# WHAT NEEDS TO BE DONE
Count the lines of data below that include "offset". Provide only the number.

[Collected data]
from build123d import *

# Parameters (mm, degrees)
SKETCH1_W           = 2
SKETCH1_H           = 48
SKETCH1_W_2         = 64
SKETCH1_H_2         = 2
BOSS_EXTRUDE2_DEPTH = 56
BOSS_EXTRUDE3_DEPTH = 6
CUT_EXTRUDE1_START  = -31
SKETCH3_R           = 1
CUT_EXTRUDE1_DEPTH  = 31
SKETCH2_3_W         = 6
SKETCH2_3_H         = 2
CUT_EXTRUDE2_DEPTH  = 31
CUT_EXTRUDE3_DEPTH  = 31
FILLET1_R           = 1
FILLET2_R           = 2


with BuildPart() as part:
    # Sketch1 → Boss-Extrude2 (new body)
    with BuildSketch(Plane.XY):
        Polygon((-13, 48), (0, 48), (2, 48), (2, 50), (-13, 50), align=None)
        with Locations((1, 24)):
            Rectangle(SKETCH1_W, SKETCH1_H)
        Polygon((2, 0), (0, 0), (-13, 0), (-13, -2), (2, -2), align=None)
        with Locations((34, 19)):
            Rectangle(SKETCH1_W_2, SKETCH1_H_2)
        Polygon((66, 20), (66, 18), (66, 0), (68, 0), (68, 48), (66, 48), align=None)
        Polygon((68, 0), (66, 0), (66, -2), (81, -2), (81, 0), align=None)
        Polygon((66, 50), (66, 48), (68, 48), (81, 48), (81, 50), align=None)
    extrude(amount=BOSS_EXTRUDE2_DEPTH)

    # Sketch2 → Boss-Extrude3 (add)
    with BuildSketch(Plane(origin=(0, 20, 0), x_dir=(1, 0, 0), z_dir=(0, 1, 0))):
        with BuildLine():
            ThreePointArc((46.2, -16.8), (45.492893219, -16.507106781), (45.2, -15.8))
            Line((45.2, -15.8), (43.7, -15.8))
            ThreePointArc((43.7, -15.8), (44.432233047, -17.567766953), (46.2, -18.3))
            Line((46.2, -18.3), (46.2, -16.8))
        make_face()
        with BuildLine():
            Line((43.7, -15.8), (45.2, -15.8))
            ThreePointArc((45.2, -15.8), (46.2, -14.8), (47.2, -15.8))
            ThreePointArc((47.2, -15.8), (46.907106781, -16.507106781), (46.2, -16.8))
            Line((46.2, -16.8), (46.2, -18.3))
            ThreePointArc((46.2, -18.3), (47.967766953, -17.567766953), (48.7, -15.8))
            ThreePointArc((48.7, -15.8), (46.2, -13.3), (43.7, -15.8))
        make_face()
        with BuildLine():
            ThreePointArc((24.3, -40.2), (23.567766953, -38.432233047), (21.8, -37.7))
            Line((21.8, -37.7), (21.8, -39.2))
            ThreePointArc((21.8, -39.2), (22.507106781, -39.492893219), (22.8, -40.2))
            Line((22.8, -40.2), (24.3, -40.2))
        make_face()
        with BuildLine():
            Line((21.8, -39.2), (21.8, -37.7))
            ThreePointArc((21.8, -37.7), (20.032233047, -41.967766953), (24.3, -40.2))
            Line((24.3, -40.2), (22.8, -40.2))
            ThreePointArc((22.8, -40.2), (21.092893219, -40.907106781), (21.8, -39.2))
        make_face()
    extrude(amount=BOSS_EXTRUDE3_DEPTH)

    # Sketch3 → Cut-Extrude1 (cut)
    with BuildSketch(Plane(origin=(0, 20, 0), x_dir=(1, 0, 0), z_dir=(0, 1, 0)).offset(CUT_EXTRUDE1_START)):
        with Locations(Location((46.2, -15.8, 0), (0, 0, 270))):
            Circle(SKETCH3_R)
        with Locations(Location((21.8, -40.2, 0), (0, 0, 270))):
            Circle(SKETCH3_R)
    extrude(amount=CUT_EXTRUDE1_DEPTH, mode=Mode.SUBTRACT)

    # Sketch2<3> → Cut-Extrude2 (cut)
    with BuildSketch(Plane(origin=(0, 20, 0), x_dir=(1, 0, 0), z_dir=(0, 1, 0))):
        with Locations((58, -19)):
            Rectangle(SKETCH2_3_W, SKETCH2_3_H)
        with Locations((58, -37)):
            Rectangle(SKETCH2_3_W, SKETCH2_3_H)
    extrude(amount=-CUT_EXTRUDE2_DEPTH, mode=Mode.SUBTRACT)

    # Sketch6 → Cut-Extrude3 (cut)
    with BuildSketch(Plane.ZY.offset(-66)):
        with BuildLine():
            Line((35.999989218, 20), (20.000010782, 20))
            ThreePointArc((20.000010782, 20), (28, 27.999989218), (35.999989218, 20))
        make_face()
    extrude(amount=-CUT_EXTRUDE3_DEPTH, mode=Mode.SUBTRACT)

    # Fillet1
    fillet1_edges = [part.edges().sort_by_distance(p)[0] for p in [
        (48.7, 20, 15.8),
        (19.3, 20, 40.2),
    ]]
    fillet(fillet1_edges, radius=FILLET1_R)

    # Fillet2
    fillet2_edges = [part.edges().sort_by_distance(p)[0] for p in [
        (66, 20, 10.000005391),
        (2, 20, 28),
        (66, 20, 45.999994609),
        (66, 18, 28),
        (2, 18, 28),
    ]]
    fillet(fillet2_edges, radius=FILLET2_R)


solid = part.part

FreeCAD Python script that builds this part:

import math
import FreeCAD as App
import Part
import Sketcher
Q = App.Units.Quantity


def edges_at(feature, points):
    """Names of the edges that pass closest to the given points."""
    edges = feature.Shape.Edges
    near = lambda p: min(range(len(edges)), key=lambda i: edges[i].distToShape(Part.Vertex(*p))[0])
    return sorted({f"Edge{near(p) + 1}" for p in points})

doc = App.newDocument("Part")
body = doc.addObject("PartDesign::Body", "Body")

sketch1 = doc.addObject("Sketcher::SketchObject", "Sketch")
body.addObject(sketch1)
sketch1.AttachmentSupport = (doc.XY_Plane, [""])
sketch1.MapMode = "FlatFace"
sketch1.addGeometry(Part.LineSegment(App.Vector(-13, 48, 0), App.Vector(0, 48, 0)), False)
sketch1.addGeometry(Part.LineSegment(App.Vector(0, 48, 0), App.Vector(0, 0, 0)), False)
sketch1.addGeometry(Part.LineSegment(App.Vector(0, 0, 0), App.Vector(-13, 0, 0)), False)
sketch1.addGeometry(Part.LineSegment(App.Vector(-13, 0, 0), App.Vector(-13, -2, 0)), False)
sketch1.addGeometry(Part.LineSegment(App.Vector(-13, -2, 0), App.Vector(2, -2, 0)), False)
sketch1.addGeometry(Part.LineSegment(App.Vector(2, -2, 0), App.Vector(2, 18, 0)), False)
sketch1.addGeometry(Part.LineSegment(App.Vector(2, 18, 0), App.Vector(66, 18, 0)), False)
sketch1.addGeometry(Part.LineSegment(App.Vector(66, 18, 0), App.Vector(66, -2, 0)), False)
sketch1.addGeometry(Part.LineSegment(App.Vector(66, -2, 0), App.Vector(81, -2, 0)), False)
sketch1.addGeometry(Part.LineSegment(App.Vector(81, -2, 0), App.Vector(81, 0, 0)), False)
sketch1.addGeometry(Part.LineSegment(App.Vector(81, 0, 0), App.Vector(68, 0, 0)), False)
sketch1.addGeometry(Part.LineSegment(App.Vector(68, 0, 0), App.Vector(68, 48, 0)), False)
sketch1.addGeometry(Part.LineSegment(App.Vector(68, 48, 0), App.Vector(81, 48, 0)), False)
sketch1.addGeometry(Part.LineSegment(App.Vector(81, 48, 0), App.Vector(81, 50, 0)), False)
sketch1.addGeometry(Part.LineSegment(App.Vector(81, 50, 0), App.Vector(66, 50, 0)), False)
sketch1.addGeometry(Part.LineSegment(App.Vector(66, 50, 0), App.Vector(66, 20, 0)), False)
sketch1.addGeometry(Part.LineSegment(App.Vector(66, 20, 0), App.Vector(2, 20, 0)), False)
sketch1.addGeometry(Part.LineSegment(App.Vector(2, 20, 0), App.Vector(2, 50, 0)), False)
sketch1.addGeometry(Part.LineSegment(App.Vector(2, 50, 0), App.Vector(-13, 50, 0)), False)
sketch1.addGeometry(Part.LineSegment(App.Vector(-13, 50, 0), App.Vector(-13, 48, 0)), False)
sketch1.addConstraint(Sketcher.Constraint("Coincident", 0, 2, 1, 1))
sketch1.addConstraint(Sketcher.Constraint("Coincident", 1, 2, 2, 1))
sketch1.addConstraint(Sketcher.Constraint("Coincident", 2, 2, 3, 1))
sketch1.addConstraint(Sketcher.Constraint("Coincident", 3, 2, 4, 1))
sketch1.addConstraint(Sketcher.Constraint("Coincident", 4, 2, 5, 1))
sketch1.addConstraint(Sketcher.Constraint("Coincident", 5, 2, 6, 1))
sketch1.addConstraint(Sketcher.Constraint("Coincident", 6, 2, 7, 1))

# EXERCISE OUTPUT
2